[Records shown]
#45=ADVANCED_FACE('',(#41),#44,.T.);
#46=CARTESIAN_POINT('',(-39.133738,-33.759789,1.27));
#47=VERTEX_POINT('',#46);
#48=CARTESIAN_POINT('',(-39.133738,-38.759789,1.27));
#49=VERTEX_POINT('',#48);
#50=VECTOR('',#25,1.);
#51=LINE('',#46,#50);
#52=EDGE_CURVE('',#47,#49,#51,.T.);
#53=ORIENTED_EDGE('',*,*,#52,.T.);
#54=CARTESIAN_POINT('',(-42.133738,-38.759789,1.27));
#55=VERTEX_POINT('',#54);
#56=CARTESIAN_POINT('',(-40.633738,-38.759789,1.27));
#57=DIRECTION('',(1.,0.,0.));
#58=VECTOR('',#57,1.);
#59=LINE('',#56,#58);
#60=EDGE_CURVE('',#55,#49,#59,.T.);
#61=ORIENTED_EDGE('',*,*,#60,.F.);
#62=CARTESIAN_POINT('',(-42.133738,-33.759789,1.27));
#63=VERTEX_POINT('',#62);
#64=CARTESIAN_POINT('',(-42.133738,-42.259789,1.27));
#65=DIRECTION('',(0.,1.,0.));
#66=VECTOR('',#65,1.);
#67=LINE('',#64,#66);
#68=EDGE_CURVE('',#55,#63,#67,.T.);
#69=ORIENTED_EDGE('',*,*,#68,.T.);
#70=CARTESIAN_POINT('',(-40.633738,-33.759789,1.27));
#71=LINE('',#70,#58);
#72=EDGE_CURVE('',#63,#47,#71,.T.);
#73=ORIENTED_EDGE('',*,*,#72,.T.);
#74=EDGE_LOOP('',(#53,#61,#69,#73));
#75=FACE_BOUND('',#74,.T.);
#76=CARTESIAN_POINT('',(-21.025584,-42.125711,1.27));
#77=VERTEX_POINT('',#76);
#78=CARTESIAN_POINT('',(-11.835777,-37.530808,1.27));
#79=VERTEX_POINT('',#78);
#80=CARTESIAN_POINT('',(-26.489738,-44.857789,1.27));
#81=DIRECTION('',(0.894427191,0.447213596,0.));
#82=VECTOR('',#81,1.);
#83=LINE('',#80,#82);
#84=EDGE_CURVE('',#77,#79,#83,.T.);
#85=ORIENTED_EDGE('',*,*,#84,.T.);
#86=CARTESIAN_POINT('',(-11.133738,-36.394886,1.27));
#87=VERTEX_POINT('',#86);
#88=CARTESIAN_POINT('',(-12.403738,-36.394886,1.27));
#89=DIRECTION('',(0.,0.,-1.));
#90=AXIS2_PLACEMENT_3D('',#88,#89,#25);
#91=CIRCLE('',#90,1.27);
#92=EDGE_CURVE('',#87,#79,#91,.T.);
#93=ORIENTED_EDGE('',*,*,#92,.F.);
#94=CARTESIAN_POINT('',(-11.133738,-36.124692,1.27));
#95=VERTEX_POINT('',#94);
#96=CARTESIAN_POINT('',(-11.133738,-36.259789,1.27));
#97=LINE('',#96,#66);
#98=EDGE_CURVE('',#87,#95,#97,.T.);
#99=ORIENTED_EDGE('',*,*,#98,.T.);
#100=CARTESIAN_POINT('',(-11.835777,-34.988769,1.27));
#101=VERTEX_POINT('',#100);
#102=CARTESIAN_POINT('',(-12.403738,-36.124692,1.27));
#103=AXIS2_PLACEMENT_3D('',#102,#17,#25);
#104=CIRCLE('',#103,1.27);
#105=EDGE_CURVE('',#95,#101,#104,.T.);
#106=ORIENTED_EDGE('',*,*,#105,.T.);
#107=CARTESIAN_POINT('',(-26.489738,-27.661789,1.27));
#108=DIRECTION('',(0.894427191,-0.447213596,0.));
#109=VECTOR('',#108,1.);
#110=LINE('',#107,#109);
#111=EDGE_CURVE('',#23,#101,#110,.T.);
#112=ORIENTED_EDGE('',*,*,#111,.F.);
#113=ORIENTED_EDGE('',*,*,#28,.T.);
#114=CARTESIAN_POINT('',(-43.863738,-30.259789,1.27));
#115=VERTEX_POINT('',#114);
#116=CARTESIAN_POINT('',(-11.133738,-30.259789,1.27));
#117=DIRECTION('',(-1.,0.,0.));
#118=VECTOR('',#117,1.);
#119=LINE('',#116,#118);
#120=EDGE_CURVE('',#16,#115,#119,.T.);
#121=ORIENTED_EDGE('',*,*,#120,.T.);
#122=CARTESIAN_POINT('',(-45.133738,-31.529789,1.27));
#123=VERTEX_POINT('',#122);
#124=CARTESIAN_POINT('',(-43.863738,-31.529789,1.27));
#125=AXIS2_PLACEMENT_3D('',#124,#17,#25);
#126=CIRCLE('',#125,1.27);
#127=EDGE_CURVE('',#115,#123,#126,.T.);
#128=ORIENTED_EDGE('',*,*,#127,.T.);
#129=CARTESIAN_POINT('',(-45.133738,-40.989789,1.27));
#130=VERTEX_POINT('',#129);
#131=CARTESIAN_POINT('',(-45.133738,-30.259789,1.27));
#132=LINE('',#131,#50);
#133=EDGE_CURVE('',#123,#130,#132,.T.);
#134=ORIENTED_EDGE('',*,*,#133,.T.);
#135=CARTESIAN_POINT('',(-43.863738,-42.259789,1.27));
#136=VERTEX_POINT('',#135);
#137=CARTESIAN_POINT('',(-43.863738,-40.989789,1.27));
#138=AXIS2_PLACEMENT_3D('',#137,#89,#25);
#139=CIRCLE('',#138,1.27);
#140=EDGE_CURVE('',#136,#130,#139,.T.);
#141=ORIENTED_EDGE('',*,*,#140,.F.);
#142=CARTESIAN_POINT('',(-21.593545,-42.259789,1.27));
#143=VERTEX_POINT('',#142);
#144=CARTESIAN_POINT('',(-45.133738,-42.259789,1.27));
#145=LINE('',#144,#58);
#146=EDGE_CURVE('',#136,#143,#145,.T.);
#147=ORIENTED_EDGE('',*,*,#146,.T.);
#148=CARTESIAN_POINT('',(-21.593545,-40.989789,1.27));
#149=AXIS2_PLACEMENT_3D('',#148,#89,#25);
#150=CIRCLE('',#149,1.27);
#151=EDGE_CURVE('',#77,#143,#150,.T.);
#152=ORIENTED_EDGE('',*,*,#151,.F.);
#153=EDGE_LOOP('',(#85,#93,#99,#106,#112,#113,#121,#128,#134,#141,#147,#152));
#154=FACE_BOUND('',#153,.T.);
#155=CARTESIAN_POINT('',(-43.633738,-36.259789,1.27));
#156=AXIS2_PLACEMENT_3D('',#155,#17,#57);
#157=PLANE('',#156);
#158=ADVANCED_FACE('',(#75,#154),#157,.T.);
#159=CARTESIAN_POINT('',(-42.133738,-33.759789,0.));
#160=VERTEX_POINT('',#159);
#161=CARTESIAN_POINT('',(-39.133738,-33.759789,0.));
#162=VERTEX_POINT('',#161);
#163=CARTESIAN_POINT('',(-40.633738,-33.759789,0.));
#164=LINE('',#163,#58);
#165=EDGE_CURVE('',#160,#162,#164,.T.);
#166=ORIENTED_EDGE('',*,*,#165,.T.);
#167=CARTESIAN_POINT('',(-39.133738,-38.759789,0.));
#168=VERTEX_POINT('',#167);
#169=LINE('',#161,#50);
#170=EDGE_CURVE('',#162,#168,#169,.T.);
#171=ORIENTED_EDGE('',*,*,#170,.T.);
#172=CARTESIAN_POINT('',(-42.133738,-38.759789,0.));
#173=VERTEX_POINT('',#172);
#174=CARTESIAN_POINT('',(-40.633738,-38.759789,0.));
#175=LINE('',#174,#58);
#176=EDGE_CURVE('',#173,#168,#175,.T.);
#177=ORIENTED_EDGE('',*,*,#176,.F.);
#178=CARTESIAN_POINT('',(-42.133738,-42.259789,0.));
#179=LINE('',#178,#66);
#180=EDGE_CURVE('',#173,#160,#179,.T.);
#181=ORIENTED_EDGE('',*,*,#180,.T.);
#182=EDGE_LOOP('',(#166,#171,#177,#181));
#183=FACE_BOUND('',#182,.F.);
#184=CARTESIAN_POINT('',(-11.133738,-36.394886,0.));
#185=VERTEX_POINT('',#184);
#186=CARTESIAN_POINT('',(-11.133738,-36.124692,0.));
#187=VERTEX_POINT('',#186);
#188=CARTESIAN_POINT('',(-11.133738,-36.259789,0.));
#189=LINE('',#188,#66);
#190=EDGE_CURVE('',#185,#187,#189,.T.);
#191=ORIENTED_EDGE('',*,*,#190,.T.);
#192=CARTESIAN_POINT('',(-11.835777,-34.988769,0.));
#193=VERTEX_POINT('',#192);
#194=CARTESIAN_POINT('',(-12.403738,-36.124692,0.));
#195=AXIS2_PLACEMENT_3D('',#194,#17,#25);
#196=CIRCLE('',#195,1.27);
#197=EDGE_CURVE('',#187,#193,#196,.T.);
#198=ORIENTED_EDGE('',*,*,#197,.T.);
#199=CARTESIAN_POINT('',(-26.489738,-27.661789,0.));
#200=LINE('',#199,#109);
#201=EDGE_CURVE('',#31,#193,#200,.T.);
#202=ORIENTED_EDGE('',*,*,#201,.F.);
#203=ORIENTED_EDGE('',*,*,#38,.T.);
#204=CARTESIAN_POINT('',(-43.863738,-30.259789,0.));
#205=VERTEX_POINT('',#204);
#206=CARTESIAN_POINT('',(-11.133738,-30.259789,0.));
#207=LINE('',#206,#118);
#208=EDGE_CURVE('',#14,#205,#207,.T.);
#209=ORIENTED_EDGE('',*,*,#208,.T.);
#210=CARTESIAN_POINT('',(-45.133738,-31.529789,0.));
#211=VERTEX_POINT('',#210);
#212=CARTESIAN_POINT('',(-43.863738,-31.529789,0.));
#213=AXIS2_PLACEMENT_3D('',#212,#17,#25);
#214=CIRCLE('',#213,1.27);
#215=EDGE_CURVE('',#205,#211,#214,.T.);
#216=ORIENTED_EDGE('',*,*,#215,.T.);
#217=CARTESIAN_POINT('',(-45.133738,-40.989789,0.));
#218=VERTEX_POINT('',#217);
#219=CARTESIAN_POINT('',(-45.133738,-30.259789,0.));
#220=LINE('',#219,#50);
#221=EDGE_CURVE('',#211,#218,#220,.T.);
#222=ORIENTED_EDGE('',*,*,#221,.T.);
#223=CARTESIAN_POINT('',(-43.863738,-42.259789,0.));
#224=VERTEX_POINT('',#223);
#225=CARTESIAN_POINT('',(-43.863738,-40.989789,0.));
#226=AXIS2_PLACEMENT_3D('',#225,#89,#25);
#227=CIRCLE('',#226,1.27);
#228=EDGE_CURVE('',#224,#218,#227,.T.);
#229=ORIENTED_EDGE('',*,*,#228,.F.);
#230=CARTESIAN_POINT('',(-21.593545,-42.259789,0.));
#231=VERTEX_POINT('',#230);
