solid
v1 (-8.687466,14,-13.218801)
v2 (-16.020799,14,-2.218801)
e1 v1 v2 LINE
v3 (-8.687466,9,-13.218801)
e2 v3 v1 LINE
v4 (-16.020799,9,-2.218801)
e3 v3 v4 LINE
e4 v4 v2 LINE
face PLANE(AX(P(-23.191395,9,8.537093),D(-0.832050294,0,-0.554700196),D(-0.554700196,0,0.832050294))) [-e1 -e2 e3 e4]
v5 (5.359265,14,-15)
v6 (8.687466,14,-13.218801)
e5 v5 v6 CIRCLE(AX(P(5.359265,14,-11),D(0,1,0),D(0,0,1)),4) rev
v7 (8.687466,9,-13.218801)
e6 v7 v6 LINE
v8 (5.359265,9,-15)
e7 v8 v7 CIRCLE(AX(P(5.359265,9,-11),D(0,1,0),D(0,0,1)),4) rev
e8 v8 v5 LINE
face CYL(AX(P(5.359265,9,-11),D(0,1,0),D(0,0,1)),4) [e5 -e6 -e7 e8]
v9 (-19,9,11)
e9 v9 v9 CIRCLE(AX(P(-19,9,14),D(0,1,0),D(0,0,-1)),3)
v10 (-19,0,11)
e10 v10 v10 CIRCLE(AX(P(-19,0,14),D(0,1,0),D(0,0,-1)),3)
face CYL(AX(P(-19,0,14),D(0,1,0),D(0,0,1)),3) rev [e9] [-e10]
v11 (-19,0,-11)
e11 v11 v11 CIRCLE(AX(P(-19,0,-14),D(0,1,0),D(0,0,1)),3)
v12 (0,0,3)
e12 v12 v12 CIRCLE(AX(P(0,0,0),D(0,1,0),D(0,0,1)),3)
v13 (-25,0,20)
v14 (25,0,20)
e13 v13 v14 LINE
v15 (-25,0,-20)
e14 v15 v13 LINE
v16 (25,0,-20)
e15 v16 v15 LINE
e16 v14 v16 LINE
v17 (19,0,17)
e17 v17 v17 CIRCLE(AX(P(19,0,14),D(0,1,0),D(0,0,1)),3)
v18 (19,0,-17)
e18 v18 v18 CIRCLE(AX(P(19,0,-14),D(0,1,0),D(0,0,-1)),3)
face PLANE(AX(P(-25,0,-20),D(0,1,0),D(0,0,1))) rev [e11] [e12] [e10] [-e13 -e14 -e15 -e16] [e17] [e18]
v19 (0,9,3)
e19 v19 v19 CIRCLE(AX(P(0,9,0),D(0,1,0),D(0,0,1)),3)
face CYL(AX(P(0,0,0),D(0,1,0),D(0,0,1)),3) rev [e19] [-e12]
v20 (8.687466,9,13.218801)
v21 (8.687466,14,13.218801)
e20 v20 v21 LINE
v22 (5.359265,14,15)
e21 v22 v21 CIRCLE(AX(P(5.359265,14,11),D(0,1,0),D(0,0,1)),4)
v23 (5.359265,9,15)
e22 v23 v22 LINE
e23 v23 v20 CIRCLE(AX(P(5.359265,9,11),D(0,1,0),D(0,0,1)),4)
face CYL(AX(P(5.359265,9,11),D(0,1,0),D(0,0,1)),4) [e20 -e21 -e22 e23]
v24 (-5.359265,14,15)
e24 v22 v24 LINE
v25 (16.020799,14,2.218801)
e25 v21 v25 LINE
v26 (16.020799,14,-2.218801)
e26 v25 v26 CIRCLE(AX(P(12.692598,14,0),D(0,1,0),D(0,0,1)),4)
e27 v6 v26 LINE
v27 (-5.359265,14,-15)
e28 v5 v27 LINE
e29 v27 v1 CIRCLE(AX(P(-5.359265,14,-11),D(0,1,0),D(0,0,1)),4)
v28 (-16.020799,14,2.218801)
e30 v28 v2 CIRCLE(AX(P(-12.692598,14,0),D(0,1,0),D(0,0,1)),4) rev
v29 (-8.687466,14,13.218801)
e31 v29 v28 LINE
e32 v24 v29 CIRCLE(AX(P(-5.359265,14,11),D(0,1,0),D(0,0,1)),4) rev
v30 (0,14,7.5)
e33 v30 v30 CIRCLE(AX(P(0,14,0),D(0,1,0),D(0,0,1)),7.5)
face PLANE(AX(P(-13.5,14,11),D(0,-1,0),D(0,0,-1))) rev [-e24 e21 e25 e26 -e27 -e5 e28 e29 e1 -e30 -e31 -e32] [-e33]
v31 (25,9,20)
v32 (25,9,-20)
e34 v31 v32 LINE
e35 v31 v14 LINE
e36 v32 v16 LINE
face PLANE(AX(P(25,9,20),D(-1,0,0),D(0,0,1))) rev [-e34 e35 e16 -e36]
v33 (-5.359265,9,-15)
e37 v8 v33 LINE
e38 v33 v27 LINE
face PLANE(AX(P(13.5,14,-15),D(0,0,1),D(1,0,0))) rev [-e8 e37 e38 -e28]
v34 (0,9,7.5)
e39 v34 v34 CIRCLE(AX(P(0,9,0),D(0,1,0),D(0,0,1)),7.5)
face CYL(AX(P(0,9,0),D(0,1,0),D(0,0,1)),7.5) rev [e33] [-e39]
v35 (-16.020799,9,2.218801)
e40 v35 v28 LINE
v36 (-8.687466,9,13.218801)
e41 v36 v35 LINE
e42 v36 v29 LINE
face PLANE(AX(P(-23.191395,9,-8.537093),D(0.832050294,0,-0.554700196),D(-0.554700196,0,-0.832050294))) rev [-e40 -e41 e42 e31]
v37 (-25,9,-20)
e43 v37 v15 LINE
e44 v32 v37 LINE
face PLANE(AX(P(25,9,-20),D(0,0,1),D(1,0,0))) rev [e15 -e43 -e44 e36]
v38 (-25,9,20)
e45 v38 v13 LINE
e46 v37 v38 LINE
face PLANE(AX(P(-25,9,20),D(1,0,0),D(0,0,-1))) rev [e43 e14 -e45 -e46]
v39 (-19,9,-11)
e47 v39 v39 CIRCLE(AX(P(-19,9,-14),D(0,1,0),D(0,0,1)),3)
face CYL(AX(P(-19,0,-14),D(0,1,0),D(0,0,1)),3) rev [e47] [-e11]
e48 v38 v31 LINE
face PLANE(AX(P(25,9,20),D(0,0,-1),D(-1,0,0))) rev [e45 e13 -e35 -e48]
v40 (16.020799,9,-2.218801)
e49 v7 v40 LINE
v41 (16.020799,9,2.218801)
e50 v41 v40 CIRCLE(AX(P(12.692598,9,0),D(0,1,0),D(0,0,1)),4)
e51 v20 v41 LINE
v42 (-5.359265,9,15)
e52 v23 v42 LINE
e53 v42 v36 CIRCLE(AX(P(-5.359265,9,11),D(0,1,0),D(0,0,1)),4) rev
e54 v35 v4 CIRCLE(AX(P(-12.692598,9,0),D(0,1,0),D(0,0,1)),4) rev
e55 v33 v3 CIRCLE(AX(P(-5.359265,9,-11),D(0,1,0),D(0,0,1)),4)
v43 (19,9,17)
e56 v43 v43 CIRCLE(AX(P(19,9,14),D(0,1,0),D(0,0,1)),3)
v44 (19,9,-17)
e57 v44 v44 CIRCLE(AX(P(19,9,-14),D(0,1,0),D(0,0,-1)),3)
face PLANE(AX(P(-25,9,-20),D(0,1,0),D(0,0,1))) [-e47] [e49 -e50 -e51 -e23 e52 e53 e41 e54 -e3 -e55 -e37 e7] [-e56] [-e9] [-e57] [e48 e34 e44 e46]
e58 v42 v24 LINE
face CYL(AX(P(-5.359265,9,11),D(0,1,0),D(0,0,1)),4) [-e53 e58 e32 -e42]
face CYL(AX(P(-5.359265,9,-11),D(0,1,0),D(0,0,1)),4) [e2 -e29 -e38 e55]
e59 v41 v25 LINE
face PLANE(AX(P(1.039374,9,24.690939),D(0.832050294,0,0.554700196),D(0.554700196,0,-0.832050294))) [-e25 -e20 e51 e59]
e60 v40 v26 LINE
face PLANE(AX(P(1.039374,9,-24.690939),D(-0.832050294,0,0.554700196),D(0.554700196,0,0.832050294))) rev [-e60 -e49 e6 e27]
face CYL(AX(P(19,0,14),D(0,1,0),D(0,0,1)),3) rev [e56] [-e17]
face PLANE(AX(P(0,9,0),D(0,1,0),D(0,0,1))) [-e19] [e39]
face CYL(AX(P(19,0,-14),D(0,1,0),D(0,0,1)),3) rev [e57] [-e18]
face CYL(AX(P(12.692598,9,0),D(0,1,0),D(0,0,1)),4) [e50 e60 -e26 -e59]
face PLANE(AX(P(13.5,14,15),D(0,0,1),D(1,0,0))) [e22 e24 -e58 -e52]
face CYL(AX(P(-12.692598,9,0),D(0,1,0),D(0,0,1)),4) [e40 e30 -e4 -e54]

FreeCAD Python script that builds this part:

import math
import FreeCAD as App
import Part
import Sketcher
from FreeCAD import Vector
Q = App.Units.Quantity

doc = App.newDocument("Part")
body = doc.addObject("PartDesign::Body", "Body")

sketch1 = body.newObject("Sketcher::SketchObject", "Sketch")
sketch1.AttachmentSupport = (doc.getObject("XZ_Plane"), [""])
sketch1.MapMode = "FlatFace"
sketch1.addGeometry(Part.LineSegment(Vector(-25, -20, 0), Vector(-25, 20, 0)), False)
sketch1.addGeometry(Part.LineSegment(Vector(-25, 20, 0), Vector(25, 20, 0)), False)
sketch1.addGeometry(Part.LineSegment(Vector(25, 20, 0), Vector(25, -20, 0)), False)
sketch1.addGeometry(Part.LineSegment(Vector(25, -20, 0), Vector(-25, -20, 0)), False)
sketch1.addConstraint(Sketcher.Constraint("Coincident", 0, 2, 1, 1))
sketch1.addConstraint(Sketcher.Constraint("Coincident", 1, 2, 2, 1))
sketch1.addConstraint(Sketcher.Constraint("Coincident", 2, 2, 3, 1))
sketch1.addConstraint(Sketcher.Constraint("Coincident", 3, 2, 0, 1))
sketch1.addConstraint(Sketcher.Constraint("Vertical", 0))
sketch1.addConstraint(Sketcher.Constraint("Horizontal", 1))
sketch1.addConstraint(Sketcher.Constraint("Vertical", 2))
sketch1.addConstraint(Sketcher.Constraint("Horizontal", 3))
sketch1.addConstraint(Sketcher.Constraint("Symmetric", 0, 2, 2, 2, -1, 1))
sketch1.addConstraint(Sketcher.Constraint("DistanceX", 1, 1, 1, 2, Q("50 mm")))
sketch1.addConstraint(Sketcher.Constraint("DistanceY", 0, 1, 0, 2, Q("40 mm")))
pad1 = body.newObject("PartDesign::Pad", "Pad")
pad1.Profile = sketch1
pad1.Length = 9
pad1.Reversed = True

sketch2 = body.newObject("Sketcher::SketchObject", "Sketch001")
sketch2.AttachmentSupport = (doc.getObject("XZ_Plane"), [""])
sketch2.MapMode = "FlatFace"
sketch2.AttachmentOffset = App.Placement(Vector(0, 0, -9), App.Rotation())
sketch2.addGeometry(Part.LineSegment(Vector(-13.5, 15, 0), Vector(13.5, 15, 0)), False)
sketch2.addGeometry(Part.ArcOfCircle(Part.Circle(Vector(13.5, 11, 0), Vector(0, 0, 1), 4), math.radians(0), math.radians(90)), False)
sketch2.addGeometry(Part.LineSegment(Vector(17.5, 11, 0), Vector(17.5, -11, 0)), False)
sketch2.addGeometry(Part.ArcOfCircle(Part.Circle(Vector(13.5, -11, 0), Vector(0, 0, 1), 4), math.radians(-90), math.radians(0)), False)
sketch2.addGeometry(Part.LineSegment(Vector(13.5, -15, 0), Vector(-13.5, -15, 0)), False)
sketch2.addGeometry(Part.ArcOfCircle(Part.Circle(Vector(-13.5, -11, 0), Vector(0, 0, 1), 4), math.radians(180), math.radians(270)), False)
sketch2.addGeometry(Part.LineSegment(Vector(-17.5, -11, 0), Vector(-17.5, 11, 0)), False)
sketch2.addGeometry(Part.ArcOfCircle(Part.Circle(Vector(-13.5, 11, 0), Vector(0, 0, 1), 4), math.radians(90), math.radians(180)), False)
sketch2.addConstraint(Sketcher.Constraint("Tangent", 0, 2, 1, 2))
sketch2.addConstraint(Sketcher.Constraint("Tangent", 1, 1, 2, 1))
sketch2.addConstraint(Sketcher.Constraint("Tangent", 2, 2, 3, 2))
sketch2.addConstraint(Sketcher.Constraint("Tangent", 3, 1, 4, 1))
sketch2.addConstraint(Sketcher.Constraint("Tangent", 4, 2, 5, 2))
sketch2.addConstraint(Sketcher.Constraint("Tangent", 5, 1, 6, 1))
sketch2.addConstraint(Sketcher.Constraint("Tangent", 6, 2, 7, 2))
sketch2.addConstraint(Sketcher.Constraint("Tangent", 7, 1, 0, 1))
sketch2.addConstraint(Sketcher.Constraint("Horizontal", 0))
sketch2.addConstraint(Sketcher.Constraint("Vertical", 2))
sketch2.addConstraint(Sketcher.Constraint("Horizontal", 4))
sketch2.addConstraint(Sketcher.Constraint("Vertical", 6))
sketch2.addConstraint(Sketcher.Constraint("Equal", 1, 3))
sketch2.addConstraint(Sketcher.Constraint("Equal", 3, 5))
sketch2.addConstraint(Sketcher.Constraint("Equal", 5, 7))
sketch2.addConstraint(Sketcher.Constraint("Symmetric", 1, 3, 5, 3, -1, 1))
sketch2.addConstraint(Sketcher.Constraint("Radius", 1, Q("4 mm")))
sketch2.addConstraint(Sketcher.Constraint("DistanceX", 0, 1, 0, 2, Q("27 mm")))
sketch2.addConstraint(Sketcher.Constraint("DistanceY", 2, 2, 2, 1, Q("22 mm")))
pad2 = body.newObject("PartDesign::Pad", "Pad001")
pad2.Profile = sketch2
pad2.Length = 5
pad2.Reversed = True

sketch3 = body.newObject("Sketcher::SketchObject", "Sketch002")
sketch3.AttachmentSupport = (doc.getObject("XZ_Plane"), [""])
sketch3.MapMode = "FlatFace"
sketch3.AttachmentOffset = App.Placement(Vector(0, 0, -14), App.Rotation())
sketch3.addGeometry(Part.Circle(Vector(0, 0, 0), Vector(0, 0, 1), 7.5), False)
sketch3.addConstraint(Sketcher.Constraint("Coincident", 0, 3, -1, 1))
sketch3.addConstraint(Sketcher.Constraint("Diameter", 0, Q("15 mm")))
pocket1 = body.newObject("PartDesign::Pocket", "Pocket")
pocket1.Profile = sketch3
pocket1.Length = 5
pocket1.Reversed = True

[Your task]
Output, from the data above, the lines from the line with "#196=CIRCLE('',#195,1.27);" to the line with "#210=CARTESIAN_POINT('',(-45.133738,-31.529789,0.));" exactly as they stand, both ends included and nothing else.

[Solution to this exercise]
#196=CIRCLE('',#195,1.27);
#197=EDGE_CURVE('',#187,#193,#196,.T.);
#198=ORIENTED_EDGE('',*,*,#197,.T.);
#199=CARTESIAN_POINT('',(-26.489738,-27.661789,0.));
#200=LINE('',#199,#109);
#201=EDGE_CURVE('',#31,#193,#200,.T.);
#202=ORIENTED_EDGE('',*,*,#201,.F.);
#203=ORIENTED_EDGE('',*,*,#38,.T.);
#204=CARTESIAN_POINT('',(-43.863738,-30.259789,0.));
#205=VERTEX_POINT('',#204);
#206=CARTESIAN_POINT('',(-11.133738,-30.259789,0.));
#207=LINE('',#206,#118);
#208=EDGE_CURVE('',#14,#205,#207,.T.);
#209=ORIENTED_EDGE('',*,*,#208,.T.);
#210=CARTESIAN_POINT('',(-45.133738,-31.529789,0.));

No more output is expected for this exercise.